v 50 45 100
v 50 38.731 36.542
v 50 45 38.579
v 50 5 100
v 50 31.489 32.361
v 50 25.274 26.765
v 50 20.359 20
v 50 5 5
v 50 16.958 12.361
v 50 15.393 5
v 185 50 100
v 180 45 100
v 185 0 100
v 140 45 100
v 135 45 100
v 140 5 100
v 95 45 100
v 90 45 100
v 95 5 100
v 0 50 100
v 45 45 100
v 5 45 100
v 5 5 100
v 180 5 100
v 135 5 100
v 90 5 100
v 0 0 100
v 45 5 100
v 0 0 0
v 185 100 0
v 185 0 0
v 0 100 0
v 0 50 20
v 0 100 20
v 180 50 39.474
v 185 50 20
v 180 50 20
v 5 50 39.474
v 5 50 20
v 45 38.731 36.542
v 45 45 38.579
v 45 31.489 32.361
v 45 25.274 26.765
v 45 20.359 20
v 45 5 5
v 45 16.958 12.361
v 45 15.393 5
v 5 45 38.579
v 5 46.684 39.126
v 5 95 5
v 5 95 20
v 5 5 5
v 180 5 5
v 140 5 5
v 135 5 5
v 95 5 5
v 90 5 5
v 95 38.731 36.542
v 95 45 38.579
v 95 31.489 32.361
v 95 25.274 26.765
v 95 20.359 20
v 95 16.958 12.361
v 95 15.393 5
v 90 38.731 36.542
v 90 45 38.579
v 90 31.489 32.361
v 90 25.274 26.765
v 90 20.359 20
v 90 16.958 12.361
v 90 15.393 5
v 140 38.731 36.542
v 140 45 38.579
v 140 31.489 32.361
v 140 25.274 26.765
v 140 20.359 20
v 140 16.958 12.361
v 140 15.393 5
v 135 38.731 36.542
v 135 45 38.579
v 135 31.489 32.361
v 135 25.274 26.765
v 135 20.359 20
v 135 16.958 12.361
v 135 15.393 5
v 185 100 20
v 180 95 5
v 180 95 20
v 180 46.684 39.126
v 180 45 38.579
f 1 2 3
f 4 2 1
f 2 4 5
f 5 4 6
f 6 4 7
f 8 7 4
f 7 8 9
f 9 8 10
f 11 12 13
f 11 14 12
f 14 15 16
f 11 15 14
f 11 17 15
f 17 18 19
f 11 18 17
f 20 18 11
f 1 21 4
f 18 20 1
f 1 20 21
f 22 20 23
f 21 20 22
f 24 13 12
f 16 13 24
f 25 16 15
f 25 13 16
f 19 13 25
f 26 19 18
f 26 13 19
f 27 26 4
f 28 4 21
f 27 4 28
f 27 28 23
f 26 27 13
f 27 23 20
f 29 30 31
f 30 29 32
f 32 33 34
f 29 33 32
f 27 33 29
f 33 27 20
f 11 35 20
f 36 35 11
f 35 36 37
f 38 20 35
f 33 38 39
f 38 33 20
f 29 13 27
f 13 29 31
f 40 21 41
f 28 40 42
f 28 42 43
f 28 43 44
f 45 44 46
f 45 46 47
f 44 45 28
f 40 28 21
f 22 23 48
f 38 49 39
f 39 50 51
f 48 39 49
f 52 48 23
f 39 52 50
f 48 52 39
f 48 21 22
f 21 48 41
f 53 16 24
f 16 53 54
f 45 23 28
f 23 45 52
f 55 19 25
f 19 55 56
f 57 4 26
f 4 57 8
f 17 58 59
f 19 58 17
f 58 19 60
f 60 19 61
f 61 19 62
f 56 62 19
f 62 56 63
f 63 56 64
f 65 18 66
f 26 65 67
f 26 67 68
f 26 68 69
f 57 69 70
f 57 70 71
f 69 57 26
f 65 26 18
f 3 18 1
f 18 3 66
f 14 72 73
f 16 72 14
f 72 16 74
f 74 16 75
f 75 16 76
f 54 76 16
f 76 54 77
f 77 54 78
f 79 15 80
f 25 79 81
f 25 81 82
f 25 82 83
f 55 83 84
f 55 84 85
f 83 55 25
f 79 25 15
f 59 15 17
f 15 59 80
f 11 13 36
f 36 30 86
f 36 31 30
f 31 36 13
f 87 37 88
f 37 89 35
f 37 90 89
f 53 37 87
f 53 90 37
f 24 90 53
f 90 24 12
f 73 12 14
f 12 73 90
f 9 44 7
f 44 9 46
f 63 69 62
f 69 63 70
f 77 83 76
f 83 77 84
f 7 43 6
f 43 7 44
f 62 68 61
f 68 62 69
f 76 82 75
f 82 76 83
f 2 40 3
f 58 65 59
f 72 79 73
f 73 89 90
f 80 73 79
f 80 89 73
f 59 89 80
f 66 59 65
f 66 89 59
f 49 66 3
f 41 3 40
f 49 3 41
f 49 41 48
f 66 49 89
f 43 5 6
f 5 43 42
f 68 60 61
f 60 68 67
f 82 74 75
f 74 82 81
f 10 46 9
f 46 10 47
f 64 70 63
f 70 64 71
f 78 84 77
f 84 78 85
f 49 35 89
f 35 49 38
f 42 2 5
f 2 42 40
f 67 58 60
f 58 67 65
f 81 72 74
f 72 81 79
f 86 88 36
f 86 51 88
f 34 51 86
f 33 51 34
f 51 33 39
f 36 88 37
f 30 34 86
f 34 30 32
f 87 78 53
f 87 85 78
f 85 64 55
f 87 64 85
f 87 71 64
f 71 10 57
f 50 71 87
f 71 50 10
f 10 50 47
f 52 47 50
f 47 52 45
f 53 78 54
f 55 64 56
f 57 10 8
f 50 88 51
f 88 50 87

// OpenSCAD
difference() {
  union() {
    difference() {
      cube([50, 50, 100]);
      translate([5, 5, -1]) cube([40, 40, 102]);
    }
    translate([45, 0, 0]) difference() {
      cube([50, 50, 100]);
      translate([5, 5, -1]) cube([40, 40, 102]);
    }
    translate([90, 0, 0]) difference() {
      cube([50, 50, 100]);
      translate([5, 5, -1]) cube([40, 40, 102]);
    }
    translate([135, 0, 0]) difference() {
      cube([50, 50, 100]);
      translate([5, 5, -1]) cube([40, 40, 102]);
    }
  }
  rotate([0, 90, 0]) translate([0, 55, 5]) cylinder(175, 40, 40);
}
difference() {
  cube([185, 100, 20]);
  translate([5, 5, 5]) cube([175, 90, 16]);
}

▶ **Your instructions**:
Each record above should be reproduced in full, exactly as it stands.

▶ **The completed task**:
v 50 45 100
v 50 38.731 36.542
v 50 45 38.579
v 50 5 100
v 50 31.489 32.361
v 50 25.274 26.765
v 50 20.359 20
v 50 5 5
v 50 16.958 12.361
v 50 15.393 5
v 185 50 100
v 180 45 100
v 185 0 100
v 140 45 100
v 135 45 100
v 140 5 100
v 95 45 100
v 90 45 100
v 95 5 100
v 0 50 100
v 45 45 100
v 5 45 100
v 5 5 100
v 180 5 100
v 135 5 100
v 90 5 100
v 0 0 100
v 45 5 100
v 0 0 0
v 185 100 0
v 185 0 0
v 0 100 0
v 0 50 20
v 0 100 20
v 180 50 39.474
v 185 50 20
v 180 50 20
v 5 50 39.474
v 5 50 20
v 45 38.731 36.542
v 45 45 38.579
v 45 31.489 32.361
v 45 25.274 26.765
v 45 20.359 20
v 45 5 5
v 45 16.958 12.361
v 45 15.393 5
v 5 45 38.579
v 5 46.684 39.126
v 5 95 5
v 5 95 20
v 5 5 5
v 180 5 5
v 140 5 5
v 135 5 5
v 95 5 5
v 90 5 5
v 95 38.731 36.542
v 95 45 38.579
v 95 31.489 32.361
v 95 25.274 26.765
v 95 20.359 20
v 95 16.958 12.361
v 95 15.393 5
v 90 38.731 36.542
v 90 45 38.579
v 90 31.489 32.361
v 90 25.274 26.765
v 90 20.359 20
v 90 16.958 12.361
v 90 15.393 5
v 140 38.731 36.542
v 140 45 38.579
v 140 31.489 32.361
v 140 25.274 26.765
v 140 20.359 20
v 140 16.958 12.361
v 140 15.393 5
v 135 38.731 36.542
v 135 45 38.579
v 135 31.489 32.361
v 135 25.274 26.765
v 135 20.359 20
v 135 16.958 12.361
v 135 15.393 5
v 185 100 20
v 180 95 5
v 180 95 20
v 180 46.684 39.126
v 180 45 38.579
f 1 2 3
f 4 2 1
f 2 4 5
f 5 4 6
f 6 4 7
f 8 7 4
f 7 8 9
f 9 8 10
f 11 12 13
f 11 14 12
f 14 15 16
f 11 15 14
f 11 17 15
f 17 18 19
f 11 18 17
f 20 18 11
f 1 21 4
f 18 20 1
f 1 20 21
f 22 20 23
f 21 20 22
f 24 13 12
f 16 13 24
f 25 16 15
f 25 13 16
f 19 13 25
f 26 19 18
f 26 13 19
f 27 26 4
f 28 4 21
f 27 4 28
f 27 28 23
f 26 27 13
f 27 23 20
f 29 30 31
f 30 29 32
f 32 33 34
f 29 33 32
f 27 33 29
f 33 27 20
f 11 35 20
f 36 35 11
f 35 36 37
f 38 20 35
f 33 38 39
f 38 33 20
f 29 13 27
f 13 29 31
f 40 21 41
f 28 40 42
f 28 42 43
f 28 43 44
f 45 44 46
f 45 46 47
f 44 45 28
f 40 28 21
f 22 23 48
f 38 49 39
f 39 50 51
f 48 39 49
f 52 48 23
f 39 52 50
f 48 52 39
f 48 21 22
f 21 48 41
f 53 16 24
f 16 53 54
f 45 23 28
f 23 45 52
f 55 19 25
f 19 55 56
f 57 4 26
f 4 57 8
f 17 58 59
f 19 58 17
f 58 19 60
f 60 19 61
f 61 19 62
f 56 62 19
f 62 56 63
f 63 56 64
f 65 18 66
f 26 65 67
f 26 67 68
f 26 68 69
f 57 69 70
f 57 70 71
f 69 57 26
f 65 26 18
f 3 18 1
f 18 3 66
f 14 72 73
f 16 72 14
f 72 16 74
f 74 16 75
f 75 16 76
f 54 76 16
f 76 54 77
f 77 54 78
f 79 15 80
f 25 79 81
f 25 81 82
f 25 82 83
f 55 83 84
f 55 84 85
f 83 55 25
f 79 25 15
f 59 15 17
f 15 59 80
f 11 13 36
f 36 30 86
f 36 31 30
f 31 36 13
f 87 37 88
f 37 89 35
f 37 90 89
f 53 37 87
f 53 90 37
f 24 90 53
f 90 24 12
f 73 12 14
f 12 73 90
f 9 44 7
f 44 9 46
f 63 69 62
f 69 63 70
f 77 83 76
f 83 77 84
f 7 43 6
f 43 7 44
f 62 68 61
f 68 62 69
f 76 82 75
f 82 76 83
f 2 40 3
f 58 65 59
f 72 79 73
f 73 89 90
f 80 73 79
f 80 89 73
f 59 89 80
f 66 59 65
f 66 89 59
f 49 66 3
f 41 3 40
f 49 3 41
f 49 41 48
f 66 49 89
f 43 5 6
f 5 43 42
f 68 60 61
f 60 68 67
f 82 74 75
f 74 82 81
f 10 46 9
f 46 10 47
f 64 70 63
f 70 64 71
f 78 84 77
f 84 78 85
f 49 35 89
f 35 49 38
f 42 2 5
f 2 42 40
f 67 58 60
f 58 67 65
f 81 72 74
f 72 81 79
f 86 88 36
f 86 51 88
f 34 51 86
f 33 51 34
f 51 33 39
f 36 88 37
f 30 34 86
f 34 30 32
f 87 78 53
f 87 85 78
f 85 64 55
f 87 64 85
f 87 71 64
f 71 10 57
f 50 71 87
f 71 50 10
f 10 50 47
f 52 47 50
f 47 52 45
f 53 78 54
f 55 64 56
f 57 10 8
f 50 88 51
f 88 50 87

// OpenSCAD
difference() {
  union() {
    difference() {
      cube([50, 50, 100]);
      translate([5, 5, -1]) cube([40, 40, 102]);
    }
    translate([45, 0, 0]) difference() {
      cube([50, 50, 100]);
      translate([5, 5, -1]) cube([40, 40, 102]);
    }
    translate([90, 0, 0]) difference() {
      cube([50, 50, 100]);
      translate([5, 5, -1]) cube([40, 40, 102]);
    }
    translate([135, 0, 0]) difference() {
      cube([50, 50, 100]);
      translate([5, 5, -1]) cube([40, 40, 102]);
    }
  }
  rotate([0, 90, 0]) translate([0, 55, 5]) cylinder(175, 40, 40);
}
difference() {
  cube([185, 100, 20]);
  translate([5, 5, 5]) cube([175, 90, 16]);
}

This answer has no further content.